Photo credit: NASA
The atmosphere we enjoy on Earth now is drastically different from that which existed in the planet’s early years. Earth’s primordial atmosphere is believed to have been eliminated, although until now it wasn’t very clear how this actually happened. A new study reports that around the time the moon formed, heavy bombardment from small objects likely would have caused the early atmosphere to disappear. Hilke Schlichting of MIT is lead author of the paper published in Icarus, the journal of the American Astronomical Society’s Division for Planetary Sciences.
Schlichting’s group proposes that after these space rocks, smaller than 25 kilometers across, pierced the atmosphere, they slammed into Earth’s surface and created clouds of gas. Because this happened thousands upon thousands of times, the gas clouds generated enough force to push out chunks of the atmosphere.
“[This finding] sets a very different initial condition for what the early Earth’s atmosphere was most likely like,” Schlichting said in a press release. “It gives us a new starting point for trying to understand what was the composition of the atmosphere, and what were the conditions for developing life.”
The team’s model suggests that numerous small impacts would collectively have had the same impact as the early Earth colliding with an object that is equal in size. However, if the atmosphere was lost because of an impact that large, the amount of heat that would have been generated would have melted the planet’s interior. The composition of the Earth does not indicate that this is what happened. Instead, constant impacts from smaller objects would have combined to create a force on the atmosphere that is equal, but without causing the melting of the planet’s interior.
“One small impact cannot get rid of most of the atmosphere, but collectively, they’re much more efficient than giant impacts, and could easily eject all the Earth’s atmosphere,” Schlichting explained.
After Earth’s early atmosphere was eliminated, it was eventually replaced. It is likely that when the rocks slammed into the planet’s surface and created gas clouds, they introduced volatiles to the planet. The number of small rocks that would have been capable of pushing out the atmosphere would also have generated enough volatiles to replace the lost atmosphere.
“When an impact happens, it melts the planetesimal, and its volatiles can go into the atmosphere,” Schlichting continues. “They not only can deplete, but replenish part of the atmosphere. Our numbers are realistic, given what we know about the volatile content of the different rocks we have.”

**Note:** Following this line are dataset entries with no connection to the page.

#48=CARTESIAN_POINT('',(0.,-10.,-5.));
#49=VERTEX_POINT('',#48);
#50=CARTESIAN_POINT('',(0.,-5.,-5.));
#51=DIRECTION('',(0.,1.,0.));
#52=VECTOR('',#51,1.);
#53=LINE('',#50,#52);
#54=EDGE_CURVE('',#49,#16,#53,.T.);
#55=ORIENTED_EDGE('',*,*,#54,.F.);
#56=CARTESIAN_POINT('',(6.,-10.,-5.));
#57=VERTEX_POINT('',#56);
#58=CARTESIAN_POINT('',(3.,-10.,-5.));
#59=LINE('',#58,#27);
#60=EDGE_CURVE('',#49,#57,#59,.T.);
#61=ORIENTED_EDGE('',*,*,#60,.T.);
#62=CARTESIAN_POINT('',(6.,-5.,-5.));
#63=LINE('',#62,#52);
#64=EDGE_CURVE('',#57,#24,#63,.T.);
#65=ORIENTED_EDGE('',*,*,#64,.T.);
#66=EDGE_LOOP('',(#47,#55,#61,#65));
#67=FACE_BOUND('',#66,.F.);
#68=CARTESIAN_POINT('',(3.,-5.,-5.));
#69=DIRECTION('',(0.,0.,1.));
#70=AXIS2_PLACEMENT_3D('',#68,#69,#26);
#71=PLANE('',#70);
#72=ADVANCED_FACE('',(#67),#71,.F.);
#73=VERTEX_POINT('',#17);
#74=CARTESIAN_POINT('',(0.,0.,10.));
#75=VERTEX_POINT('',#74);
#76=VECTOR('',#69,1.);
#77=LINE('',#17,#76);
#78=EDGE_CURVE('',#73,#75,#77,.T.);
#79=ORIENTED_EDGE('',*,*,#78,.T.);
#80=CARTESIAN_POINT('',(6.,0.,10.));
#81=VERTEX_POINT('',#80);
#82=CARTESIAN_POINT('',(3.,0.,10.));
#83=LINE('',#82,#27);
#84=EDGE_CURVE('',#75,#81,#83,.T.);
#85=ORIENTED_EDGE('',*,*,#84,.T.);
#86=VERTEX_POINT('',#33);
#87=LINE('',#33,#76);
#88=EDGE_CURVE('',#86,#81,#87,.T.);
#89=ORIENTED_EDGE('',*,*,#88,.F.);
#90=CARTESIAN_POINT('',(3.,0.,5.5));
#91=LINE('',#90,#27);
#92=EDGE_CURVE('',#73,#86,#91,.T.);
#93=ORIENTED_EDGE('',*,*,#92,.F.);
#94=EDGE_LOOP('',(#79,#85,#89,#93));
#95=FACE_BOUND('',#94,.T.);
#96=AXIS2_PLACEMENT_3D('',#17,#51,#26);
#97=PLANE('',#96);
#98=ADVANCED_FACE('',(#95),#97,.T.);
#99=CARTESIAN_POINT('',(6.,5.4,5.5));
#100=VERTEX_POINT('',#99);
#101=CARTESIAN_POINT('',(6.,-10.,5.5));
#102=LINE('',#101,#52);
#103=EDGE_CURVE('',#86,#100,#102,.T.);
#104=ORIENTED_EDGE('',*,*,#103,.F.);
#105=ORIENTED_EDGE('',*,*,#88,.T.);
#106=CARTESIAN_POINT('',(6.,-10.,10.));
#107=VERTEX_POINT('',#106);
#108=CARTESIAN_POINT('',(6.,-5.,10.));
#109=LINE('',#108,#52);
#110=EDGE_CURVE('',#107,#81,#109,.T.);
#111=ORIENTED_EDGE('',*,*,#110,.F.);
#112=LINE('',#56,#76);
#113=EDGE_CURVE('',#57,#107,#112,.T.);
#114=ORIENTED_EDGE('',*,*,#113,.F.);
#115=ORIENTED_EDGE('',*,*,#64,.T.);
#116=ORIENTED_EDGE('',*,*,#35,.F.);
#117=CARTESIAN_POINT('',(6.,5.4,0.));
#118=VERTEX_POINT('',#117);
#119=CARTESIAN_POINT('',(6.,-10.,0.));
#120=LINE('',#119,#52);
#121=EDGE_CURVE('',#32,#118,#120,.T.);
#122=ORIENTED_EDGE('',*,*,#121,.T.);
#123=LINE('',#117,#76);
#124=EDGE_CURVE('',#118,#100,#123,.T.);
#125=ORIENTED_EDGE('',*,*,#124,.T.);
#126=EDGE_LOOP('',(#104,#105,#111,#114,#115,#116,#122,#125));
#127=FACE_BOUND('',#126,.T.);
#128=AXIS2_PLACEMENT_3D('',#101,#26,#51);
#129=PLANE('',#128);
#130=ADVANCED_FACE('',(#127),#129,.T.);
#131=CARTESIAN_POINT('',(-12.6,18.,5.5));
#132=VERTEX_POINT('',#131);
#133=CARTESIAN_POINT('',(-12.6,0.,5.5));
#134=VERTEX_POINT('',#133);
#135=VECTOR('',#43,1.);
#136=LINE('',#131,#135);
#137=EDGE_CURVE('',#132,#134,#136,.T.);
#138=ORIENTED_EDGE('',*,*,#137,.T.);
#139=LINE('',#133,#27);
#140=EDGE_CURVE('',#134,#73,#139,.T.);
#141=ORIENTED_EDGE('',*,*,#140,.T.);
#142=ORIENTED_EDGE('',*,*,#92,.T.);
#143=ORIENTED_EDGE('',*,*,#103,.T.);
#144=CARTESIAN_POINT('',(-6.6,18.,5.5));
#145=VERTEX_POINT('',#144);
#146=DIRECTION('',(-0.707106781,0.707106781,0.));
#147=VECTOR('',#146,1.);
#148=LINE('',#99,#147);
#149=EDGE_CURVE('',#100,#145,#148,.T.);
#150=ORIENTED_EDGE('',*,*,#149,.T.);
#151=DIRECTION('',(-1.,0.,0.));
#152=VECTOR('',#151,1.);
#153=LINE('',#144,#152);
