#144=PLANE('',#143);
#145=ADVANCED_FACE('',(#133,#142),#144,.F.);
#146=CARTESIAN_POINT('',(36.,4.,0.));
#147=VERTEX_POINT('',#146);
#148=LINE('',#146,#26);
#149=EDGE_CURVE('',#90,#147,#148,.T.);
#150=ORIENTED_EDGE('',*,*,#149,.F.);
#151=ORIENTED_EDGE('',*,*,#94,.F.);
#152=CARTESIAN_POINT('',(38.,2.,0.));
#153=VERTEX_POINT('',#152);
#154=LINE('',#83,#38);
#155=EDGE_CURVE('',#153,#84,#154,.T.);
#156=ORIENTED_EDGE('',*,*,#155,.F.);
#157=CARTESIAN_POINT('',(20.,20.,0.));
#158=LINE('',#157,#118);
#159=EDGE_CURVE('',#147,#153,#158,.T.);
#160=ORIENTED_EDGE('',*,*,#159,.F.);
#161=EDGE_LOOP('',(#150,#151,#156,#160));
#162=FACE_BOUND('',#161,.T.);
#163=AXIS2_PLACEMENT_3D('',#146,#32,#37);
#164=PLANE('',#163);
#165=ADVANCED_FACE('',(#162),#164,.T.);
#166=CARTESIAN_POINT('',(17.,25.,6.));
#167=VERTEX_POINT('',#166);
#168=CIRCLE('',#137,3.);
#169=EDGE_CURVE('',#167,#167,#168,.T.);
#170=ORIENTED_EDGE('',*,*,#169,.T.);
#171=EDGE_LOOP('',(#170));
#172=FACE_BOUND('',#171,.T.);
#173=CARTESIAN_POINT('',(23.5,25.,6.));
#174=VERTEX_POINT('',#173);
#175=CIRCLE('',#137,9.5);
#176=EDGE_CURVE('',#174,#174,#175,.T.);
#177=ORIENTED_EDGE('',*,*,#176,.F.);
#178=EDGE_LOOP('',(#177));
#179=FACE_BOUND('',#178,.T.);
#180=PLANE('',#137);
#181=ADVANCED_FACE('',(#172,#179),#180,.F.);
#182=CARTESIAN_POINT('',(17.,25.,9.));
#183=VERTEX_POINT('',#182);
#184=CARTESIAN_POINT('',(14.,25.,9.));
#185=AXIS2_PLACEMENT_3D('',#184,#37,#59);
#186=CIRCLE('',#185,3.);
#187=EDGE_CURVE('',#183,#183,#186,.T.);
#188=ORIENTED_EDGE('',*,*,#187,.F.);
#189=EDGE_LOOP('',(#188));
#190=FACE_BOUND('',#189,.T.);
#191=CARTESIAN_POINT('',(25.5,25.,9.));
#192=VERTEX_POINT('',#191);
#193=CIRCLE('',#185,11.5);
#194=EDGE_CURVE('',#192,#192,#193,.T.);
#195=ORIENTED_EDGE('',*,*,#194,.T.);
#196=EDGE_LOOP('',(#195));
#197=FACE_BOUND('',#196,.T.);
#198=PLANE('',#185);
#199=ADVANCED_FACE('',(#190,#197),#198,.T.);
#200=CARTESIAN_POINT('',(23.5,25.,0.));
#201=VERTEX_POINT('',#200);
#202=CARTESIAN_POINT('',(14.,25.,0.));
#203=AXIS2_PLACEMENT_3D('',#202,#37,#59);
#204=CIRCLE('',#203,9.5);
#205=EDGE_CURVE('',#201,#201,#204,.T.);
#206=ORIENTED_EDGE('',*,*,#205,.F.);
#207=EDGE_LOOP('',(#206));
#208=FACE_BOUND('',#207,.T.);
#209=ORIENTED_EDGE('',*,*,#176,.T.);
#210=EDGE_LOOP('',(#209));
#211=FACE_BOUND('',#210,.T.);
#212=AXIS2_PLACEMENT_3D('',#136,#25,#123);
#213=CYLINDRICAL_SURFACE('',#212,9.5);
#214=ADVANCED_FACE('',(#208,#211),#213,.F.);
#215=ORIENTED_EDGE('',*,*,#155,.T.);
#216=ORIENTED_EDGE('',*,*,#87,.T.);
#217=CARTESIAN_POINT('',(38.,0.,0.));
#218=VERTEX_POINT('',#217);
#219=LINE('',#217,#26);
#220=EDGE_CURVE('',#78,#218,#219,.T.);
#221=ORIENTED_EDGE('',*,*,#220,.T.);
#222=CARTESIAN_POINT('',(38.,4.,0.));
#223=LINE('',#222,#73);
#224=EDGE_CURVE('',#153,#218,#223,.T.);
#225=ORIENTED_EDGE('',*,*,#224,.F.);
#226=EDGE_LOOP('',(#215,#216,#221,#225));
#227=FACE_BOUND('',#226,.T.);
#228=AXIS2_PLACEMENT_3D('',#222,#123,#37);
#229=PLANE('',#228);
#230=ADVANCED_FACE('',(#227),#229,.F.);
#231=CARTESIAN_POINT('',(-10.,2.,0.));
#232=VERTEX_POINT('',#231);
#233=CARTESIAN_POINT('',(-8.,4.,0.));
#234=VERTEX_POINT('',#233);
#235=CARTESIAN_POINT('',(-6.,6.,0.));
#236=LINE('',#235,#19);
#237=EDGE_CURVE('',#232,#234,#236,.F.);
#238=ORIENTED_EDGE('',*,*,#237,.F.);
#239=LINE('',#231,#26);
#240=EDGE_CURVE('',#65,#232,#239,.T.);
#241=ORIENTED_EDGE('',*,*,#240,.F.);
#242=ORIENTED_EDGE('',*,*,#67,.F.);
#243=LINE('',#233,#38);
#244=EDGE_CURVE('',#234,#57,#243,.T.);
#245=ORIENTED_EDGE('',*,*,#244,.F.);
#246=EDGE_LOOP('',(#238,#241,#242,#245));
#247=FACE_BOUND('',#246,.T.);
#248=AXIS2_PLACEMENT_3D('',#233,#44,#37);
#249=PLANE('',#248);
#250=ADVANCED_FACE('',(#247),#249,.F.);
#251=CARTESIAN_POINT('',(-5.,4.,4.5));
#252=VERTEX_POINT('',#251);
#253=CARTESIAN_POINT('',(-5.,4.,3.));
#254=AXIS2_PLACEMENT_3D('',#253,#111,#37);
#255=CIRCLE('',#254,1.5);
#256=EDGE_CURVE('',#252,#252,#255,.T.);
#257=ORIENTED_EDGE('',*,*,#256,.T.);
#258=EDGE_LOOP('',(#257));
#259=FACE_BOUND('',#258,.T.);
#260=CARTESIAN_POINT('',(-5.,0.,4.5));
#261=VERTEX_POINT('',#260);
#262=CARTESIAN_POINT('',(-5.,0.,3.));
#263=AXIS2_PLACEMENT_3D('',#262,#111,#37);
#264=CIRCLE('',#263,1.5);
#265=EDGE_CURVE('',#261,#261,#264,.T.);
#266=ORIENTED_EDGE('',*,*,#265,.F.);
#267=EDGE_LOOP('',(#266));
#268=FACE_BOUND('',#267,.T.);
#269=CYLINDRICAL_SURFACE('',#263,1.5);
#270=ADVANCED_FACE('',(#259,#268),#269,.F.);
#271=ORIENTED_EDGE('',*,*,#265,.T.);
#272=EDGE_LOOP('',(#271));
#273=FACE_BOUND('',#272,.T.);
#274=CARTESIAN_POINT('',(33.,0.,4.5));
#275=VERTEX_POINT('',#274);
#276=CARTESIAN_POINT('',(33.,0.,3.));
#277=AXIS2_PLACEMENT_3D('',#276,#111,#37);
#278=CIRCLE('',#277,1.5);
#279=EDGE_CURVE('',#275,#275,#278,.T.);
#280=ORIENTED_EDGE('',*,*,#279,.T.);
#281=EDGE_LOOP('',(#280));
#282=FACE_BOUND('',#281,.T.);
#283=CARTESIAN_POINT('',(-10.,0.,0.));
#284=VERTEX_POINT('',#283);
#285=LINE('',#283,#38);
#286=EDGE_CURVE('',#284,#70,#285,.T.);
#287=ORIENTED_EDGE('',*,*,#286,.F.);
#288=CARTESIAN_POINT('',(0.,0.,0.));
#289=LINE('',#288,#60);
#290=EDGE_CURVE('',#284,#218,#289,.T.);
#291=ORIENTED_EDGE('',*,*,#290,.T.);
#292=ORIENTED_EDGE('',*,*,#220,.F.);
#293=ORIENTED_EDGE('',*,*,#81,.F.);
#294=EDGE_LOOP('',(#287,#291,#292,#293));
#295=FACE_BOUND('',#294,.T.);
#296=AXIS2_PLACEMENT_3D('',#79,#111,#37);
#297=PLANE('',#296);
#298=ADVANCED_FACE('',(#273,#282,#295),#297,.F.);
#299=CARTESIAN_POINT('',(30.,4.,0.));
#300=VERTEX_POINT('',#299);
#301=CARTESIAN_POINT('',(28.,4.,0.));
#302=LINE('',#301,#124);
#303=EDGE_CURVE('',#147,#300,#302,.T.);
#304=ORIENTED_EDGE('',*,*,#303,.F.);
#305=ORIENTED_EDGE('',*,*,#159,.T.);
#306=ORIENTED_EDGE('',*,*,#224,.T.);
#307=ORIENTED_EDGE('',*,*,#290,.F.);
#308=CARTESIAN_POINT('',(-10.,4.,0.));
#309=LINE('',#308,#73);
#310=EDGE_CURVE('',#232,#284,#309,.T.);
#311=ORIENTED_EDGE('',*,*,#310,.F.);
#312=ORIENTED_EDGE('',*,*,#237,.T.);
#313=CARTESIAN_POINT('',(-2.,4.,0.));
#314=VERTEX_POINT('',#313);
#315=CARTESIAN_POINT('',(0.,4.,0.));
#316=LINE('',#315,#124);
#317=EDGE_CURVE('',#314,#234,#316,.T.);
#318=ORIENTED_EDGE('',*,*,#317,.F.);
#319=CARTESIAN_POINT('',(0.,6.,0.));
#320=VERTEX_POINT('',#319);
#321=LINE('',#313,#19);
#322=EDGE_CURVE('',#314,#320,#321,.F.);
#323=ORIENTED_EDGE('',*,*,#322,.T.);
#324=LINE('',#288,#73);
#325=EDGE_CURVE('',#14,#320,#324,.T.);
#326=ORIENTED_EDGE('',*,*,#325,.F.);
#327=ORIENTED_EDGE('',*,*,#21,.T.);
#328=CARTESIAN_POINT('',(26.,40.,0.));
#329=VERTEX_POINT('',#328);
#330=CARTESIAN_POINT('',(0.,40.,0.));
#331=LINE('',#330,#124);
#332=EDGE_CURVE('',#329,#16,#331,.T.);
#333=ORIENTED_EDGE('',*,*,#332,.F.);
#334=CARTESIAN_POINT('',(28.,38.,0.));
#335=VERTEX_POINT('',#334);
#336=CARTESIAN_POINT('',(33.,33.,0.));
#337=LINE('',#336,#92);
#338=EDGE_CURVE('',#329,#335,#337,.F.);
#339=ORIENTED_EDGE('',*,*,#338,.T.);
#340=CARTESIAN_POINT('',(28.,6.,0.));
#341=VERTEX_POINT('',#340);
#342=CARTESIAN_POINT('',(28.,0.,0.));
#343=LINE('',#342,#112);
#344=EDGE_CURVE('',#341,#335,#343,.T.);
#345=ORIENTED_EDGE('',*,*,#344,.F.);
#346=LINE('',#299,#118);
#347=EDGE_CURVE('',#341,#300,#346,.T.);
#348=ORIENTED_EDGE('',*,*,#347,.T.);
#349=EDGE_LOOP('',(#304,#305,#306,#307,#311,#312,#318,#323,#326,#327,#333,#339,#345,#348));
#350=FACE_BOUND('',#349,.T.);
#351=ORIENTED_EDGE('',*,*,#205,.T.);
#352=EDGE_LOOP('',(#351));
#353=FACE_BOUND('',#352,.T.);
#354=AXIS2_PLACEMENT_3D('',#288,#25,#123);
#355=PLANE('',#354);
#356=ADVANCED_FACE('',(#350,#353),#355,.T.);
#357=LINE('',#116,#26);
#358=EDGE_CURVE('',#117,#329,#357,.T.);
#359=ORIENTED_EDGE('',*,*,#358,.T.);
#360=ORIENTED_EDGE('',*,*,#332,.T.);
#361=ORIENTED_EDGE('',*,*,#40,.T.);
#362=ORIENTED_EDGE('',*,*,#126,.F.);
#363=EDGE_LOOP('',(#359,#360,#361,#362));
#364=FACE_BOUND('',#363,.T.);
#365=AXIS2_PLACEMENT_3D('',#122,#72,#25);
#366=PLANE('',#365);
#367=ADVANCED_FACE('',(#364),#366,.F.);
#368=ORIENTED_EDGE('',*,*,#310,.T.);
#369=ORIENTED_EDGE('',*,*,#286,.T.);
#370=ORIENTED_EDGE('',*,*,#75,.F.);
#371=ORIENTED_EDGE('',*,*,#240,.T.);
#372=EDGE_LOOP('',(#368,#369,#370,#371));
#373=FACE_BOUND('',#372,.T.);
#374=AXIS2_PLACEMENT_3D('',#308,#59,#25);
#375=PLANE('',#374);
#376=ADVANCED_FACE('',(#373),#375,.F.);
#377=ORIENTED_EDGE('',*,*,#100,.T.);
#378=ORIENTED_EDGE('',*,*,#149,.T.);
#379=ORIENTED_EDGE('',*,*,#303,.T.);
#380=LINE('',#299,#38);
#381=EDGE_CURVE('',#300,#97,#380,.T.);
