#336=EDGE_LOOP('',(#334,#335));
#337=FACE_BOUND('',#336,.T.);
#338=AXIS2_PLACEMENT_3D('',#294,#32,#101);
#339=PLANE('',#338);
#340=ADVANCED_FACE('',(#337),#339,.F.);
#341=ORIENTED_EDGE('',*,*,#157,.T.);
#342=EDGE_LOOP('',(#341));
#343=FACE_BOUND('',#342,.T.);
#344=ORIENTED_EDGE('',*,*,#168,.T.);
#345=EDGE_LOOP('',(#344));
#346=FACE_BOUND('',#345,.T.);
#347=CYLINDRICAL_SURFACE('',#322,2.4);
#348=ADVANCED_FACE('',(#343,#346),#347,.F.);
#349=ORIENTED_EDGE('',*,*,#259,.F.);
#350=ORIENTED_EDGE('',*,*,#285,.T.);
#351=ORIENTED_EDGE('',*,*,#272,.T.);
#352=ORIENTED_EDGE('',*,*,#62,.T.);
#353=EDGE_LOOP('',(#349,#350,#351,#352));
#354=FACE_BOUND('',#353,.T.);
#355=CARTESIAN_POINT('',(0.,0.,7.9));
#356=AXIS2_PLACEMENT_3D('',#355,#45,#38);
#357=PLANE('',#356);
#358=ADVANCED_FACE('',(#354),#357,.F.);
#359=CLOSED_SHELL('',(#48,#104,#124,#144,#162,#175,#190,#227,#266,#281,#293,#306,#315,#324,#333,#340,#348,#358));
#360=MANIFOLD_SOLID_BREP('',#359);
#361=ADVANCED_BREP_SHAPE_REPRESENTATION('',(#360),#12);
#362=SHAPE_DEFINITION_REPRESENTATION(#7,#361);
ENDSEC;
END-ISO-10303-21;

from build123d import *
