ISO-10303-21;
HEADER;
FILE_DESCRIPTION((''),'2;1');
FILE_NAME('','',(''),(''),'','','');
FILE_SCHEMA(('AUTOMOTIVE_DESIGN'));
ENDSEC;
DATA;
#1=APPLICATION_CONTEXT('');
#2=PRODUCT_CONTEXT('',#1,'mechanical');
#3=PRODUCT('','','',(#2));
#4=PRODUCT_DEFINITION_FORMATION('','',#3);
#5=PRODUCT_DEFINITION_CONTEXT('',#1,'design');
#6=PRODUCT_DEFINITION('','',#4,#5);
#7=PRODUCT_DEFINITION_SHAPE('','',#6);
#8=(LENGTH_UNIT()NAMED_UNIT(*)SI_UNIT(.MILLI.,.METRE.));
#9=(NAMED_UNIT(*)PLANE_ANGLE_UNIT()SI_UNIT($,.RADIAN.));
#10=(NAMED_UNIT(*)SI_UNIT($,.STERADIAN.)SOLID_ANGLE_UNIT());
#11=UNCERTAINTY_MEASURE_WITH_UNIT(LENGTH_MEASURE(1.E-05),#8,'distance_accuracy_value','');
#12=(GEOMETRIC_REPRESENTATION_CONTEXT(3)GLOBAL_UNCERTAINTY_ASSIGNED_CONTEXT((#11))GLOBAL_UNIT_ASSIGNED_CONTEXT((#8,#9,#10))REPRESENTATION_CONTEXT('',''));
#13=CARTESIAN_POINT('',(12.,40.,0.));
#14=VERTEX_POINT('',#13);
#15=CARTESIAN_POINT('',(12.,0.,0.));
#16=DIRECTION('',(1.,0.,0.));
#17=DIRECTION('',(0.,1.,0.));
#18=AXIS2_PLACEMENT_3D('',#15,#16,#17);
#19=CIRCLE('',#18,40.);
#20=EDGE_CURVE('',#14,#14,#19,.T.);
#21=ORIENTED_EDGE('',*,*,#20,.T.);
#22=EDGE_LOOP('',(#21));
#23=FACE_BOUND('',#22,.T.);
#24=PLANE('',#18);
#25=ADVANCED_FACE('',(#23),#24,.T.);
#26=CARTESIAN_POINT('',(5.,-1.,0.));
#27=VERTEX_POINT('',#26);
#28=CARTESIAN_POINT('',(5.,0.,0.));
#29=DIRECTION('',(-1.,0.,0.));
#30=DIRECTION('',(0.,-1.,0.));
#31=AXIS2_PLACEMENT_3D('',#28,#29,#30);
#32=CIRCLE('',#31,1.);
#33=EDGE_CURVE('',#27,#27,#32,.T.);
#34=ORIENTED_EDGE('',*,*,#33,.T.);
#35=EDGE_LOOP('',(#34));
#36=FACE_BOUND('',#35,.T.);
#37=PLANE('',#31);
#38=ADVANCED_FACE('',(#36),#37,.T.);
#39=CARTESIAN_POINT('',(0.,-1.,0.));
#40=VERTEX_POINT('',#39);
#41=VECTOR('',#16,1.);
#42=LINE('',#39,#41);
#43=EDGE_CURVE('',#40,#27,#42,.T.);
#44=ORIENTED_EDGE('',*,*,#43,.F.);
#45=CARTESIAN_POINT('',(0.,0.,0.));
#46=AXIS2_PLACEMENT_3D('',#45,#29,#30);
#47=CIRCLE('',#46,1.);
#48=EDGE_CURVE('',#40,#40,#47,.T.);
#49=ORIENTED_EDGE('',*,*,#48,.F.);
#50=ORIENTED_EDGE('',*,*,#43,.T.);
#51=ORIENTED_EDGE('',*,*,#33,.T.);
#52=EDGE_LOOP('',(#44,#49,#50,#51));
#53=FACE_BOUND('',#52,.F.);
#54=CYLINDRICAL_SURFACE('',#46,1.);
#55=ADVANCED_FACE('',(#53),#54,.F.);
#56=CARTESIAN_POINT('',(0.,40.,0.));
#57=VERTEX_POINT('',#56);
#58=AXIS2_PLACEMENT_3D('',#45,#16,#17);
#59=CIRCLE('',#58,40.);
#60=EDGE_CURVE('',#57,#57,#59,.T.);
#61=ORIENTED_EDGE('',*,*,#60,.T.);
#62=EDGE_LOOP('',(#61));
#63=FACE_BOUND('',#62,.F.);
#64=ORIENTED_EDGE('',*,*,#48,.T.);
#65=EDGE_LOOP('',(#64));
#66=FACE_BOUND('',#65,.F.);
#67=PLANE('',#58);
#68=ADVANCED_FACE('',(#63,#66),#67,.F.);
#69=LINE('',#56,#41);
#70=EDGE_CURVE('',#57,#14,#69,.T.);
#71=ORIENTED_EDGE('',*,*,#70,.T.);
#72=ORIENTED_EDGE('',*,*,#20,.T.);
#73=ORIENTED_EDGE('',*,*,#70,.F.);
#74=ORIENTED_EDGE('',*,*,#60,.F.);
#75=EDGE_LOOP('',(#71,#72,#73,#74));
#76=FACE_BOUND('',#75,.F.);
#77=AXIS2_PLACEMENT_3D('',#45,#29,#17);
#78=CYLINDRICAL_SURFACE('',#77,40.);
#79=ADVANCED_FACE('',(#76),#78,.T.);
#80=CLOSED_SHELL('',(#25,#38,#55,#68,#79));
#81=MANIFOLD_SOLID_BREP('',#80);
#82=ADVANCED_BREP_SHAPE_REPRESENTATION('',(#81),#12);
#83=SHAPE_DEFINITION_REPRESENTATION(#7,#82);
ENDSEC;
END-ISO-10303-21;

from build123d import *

# Parameters (mm, degrees)
F0_R     = 40
F1_DEPTH = 12
F2_R     = 1
F3_DEPTH = 5


with BuildPart() as f1:
    # F0 (on Right) → F1 (new body)
    with BuildSketch(Plane.YZ):
        Circle(F0_R)
    extrude(amount=F1_DEPTH)

    # F2 (on face) → F3 (cut)
    with BuildSketch(Plane(origin=(0, 0, 0), x_dir=(0, -1, 0), z_dir=(-1, 0, 0))):
        Circle(F2_R)
    extrude(amount=-F3_DEPTH, mode=Mode.SUBTRACT)


solid = f1.part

Understanding what factors impacted the primordial atmosphere is important because it could help explain conditions on the planet when life first emerged. Beyond the implications for Earth, a similar experience with persistent small collisions resulting in the loss of an atmosphere could also explain why Mars does not have the thick atmosphere that used to support the existence of water. The atmosphere on Venus could have been saved by starting out with a thicker atmosphere than occurred on early Earth.
“We want to connect these geophysical processes to determine what was the most likely composition of the atmosphere at time zero, when the Earth just formed, and hopefully identify conditions for the evolution of life,” Schlichting concluded.